What most of us don’t know, though, is that the type of flora we see on Earth today is very different from most of its history. Ferns and cone-producing conifers, not flowering plants, ruled the Earth for the most part. Then, about 130 million years ago, flowering plants came out of nowhere, and rapidly invaded all but the most inhospitable places on the planet. As a result, flowering plants outnumber ferns and conifers by 20 to one today.
The importance of flowering plants as a crucial step for life on Earth can’t be overstated. Apart from keeping livable ecosystems balanced, flowering plants also provide animals with a source of food and nutrition, without which any evolution – at least for the larger animals – would have been impossible.

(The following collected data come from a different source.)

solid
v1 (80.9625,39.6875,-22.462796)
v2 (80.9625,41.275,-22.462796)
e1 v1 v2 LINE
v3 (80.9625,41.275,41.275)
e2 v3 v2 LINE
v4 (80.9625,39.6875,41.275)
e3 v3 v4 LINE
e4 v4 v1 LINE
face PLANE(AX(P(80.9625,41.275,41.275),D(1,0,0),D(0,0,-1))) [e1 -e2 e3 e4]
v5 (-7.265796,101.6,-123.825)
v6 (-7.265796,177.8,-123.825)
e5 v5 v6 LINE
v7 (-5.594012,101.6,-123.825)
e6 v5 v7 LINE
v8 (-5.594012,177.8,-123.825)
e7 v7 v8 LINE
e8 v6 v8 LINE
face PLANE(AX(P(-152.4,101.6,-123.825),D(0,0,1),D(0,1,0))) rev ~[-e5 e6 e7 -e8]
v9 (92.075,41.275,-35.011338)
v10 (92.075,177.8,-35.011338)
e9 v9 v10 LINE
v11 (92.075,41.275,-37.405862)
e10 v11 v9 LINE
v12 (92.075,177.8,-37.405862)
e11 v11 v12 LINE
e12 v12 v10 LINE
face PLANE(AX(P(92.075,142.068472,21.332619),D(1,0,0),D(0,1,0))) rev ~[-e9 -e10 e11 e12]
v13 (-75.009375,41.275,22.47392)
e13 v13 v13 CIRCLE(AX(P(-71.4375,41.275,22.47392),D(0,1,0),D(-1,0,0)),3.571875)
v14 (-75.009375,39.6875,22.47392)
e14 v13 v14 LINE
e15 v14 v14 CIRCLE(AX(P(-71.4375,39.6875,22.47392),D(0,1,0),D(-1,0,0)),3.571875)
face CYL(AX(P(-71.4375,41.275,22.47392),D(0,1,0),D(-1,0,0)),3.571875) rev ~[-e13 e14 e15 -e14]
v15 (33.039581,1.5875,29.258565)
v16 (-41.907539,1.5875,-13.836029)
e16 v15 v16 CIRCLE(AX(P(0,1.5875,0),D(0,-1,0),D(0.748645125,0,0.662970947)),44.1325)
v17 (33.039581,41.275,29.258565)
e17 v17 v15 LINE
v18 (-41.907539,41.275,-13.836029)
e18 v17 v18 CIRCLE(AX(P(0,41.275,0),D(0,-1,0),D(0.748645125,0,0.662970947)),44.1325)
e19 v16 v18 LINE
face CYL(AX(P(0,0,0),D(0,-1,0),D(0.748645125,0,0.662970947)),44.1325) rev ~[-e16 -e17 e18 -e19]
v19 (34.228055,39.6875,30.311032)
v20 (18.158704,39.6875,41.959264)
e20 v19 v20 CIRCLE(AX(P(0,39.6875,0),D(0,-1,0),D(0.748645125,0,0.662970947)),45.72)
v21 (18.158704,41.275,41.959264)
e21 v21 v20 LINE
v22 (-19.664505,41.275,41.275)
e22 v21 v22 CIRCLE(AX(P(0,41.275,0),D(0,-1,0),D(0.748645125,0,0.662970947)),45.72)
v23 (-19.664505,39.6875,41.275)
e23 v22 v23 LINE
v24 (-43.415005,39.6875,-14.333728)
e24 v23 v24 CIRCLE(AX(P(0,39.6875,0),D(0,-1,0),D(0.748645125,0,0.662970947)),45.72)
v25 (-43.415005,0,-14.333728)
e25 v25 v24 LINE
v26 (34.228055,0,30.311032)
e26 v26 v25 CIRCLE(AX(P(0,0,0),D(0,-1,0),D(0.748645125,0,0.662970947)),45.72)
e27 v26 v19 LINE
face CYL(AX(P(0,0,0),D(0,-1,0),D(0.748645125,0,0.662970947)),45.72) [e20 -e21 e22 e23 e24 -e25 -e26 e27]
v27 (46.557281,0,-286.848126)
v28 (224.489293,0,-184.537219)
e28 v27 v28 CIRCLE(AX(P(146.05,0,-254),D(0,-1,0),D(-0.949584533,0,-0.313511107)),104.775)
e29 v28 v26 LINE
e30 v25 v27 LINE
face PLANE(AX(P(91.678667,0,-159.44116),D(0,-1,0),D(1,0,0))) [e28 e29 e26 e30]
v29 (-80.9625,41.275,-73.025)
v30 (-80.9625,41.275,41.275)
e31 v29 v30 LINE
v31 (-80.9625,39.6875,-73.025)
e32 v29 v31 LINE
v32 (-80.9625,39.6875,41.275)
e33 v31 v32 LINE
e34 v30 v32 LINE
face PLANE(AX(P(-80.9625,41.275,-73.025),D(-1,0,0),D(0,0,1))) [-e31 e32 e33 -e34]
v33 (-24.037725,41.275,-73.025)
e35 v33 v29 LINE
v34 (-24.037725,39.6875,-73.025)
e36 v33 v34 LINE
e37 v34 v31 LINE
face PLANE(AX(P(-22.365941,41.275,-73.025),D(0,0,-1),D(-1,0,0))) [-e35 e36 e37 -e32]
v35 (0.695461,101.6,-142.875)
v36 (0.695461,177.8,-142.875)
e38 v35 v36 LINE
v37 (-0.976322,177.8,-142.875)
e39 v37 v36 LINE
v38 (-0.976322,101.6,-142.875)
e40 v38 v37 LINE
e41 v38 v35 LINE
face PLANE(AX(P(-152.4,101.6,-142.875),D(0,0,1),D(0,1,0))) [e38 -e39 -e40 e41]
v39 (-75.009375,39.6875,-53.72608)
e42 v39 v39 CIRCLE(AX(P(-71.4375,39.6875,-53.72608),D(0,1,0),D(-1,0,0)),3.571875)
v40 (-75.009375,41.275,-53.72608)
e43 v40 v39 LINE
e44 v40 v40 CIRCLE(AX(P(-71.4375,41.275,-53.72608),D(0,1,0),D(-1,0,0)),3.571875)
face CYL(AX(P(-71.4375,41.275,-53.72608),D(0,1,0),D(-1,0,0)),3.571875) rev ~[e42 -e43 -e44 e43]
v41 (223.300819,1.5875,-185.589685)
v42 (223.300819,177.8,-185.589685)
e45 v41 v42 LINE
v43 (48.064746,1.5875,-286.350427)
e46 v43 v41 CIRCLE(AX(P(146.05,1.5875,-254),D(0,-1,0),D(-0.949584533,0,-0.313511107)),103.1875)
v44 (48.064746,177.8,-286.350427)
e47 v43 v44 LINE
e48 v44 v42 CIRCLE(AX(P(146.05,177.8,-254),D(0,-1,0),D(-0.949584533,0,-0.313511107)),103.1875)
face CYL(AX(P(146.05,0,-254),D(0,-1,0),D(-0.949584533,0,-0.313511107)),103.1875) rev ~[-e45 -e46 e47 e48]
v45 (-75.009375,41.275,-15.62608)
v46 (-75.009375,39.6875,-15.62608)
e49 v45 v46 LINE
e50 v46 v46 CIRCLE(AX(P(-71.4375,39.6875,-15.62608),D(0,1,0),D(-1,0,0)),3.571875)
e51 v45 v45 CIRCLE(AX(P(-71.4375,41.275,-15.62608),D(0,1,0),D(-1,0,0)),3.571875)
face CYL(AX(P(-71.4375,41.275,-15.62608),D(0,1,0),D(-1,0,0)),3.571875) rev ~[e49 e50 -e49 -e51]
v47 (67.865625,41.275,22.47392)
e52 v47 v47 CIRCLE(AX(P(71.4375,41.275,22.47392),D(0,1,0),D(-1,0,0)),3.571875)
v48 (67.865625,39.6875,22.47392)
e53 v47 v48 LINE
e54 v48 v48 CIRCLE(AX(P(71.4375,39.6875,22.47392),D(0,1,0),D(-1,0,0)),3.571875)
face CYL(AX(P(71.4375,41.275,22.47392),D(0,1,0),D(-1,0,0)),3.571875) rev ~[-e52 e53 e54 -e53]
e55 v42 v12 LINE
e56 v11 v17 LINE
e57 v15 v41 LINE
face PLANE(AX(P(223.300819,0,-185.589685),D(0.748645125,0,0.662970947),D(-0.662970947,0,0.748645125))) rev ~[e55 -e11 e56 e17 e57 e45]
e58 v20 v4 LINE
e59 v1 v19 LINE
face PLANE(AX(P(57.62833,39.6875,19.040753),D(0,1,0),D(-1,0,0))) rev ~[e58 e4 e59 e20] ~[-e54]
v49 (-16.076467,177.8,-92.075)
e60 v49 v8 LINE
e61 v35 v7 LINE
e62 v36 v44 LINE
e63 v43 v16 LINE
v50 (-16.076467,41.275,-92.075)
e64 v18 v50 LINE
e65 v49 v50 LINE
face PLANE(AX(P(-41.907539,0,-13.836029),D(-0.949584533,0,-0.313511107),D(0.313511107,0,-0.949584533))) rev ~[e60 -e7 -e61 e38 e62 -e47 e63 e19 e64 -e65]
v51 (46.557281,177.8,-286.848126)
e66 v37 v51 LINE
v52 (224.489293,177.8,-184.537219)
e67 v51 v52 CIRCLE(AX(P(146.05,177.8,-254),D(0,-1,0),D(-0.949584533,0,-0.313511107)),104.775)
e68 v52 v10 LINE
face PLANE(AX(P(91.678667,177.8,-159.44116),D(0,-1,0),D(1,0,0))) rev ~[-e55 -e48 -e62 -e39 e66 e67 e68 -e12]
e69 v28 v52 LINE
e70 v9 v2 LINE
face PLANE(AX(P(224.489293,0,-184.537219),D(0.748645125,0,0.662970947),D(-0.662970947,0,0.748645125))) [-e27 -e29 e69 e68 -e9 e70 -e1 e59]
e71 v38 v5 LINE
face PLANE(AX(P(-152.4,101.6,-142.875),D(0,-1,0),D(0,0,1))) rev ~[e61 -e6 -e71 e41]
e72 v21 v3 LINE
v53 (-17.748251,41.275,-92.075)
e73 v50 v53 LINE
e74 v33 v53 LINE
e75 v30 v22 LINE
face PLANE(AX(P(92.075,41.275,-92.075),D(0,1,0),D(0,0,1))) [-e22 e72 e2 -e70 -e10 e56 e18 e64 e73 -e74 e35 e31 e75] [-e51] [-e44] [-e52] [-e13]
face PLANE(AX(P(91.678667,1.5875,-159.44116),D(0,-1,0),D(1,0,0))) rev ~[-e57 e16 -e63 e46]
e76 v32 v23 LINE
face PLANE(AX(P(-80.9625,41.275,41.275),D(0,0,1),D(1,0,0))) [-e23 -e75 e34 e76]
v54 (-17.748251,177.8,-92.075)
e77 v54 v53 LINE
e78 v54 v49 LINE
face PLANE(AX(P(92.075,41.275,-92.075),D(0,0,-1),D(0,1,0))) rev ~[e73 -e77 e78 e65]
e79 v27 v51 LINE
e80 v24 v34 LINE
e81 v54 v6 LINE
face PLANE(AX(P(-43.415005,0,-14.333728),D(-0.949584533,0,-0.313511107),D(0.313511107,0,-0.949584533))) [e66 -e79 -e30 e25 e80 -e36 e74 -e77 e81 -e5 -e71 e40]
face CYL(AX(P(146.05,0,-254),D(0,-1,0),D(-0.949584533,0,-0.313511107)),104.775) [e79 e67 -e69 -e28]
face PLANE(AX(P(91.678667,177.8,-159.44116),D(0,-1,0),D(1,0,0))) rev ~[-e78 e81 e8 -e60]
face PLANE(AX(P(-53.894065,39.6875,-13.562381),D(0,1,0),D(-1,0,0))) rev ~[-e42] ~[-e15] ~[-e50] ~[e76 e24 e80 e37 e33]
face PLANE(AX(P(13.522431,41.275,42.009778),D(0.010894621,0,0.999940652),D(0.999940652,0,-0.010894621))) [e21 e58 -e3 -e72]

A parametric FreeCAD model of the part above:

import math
import FreeCAD as App
import Part
import Sketcher
Q = App.Units.Quantity


def faces_at(feature, points):
    """Names of the faces that lie closest to the given points."""
    faces = feature.Shape.Faces
    near = lambda p: min(range(len(faces)), key=lambda i: faces[i].distToShape(Part.Vertex(*p))[0])
    return sorted({f"Face{near(p) + 1}" for p in points})


def add_polygon(sketch, points):
    """Adds a closed chain of lines whose ends are joined by coincident constraints."""
    first, n = sketch.GeometryCount, len(points)
    for a, b in zip(points, points[1:] + points[:1]):
        sketch.addGeometry(Part.LineSegment(App.Vector(*a, 0), App.Vector(*b, 0)), False)
    for i in range(n):
        sketch.addConstraint(Sketcher.Constraint("Coincident", first + i, 2, first + (i + 1) % n, 1))

doc = App.newDocument("Part")
params = doc.addObject("Spreadsheet::Sheet", "Params")
for row, (alias, value) in enumerate([
    ("sketch1_radius", "1.8 in"),
    ("sketch1_radius2", "4.125 in"),
    ("pad1_length", "7 in"),
    ("thickness_wall", "0.0625 in"),
    ("sketch3_diameter", "0.28125 in"),
    ("sketch3_height", "4.5 in"),
    ("pad2_length", "0.0625 in"),
    ("sketch4_width", "3 in"),
    ("sketch4_height", "0.75 in"),
    ("pocket2_length", "154.095461 mm"),
], start=1):
    params.set(f"A{row}", alias)
    params.set(f"B{row}", "=" + value)
    params.setAlias(f"B{row}", alias)

body = doc.addObject("PartDesign::Body", "Body")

1. The Great Oxidation Event
You’d be surprised to know that for about half of Earth’s history, its atmosphere was almost entirely devoid of oxygen. It wasn’t always an oxygen-rich world waiting for oxygen-based organisms to come along and inhabit it. In fact, there’s a good chance that may have never happened at all, if not for something that occurred around 2.4 billion years ago.
Called the Great Oxidation Event, it was by far the most important event for life on Earth, as well as one of the most mysterious. Around that time, something pumped the Earth’s atmosphere with huge amounts of oxygen, setting the stage for every major development in the course of our evolution since. Some scientists suspect a kind of bacteria – cyanobacteria – that releases oxygen as a byproduct, which may have contributed to the rising oxygen levels at that time.
Whatever its origins, the Great Oxidation Event was the single most pivotal point for life on Earth, as without oxygen, most of the life forms found on Earth today wouldn’t exist.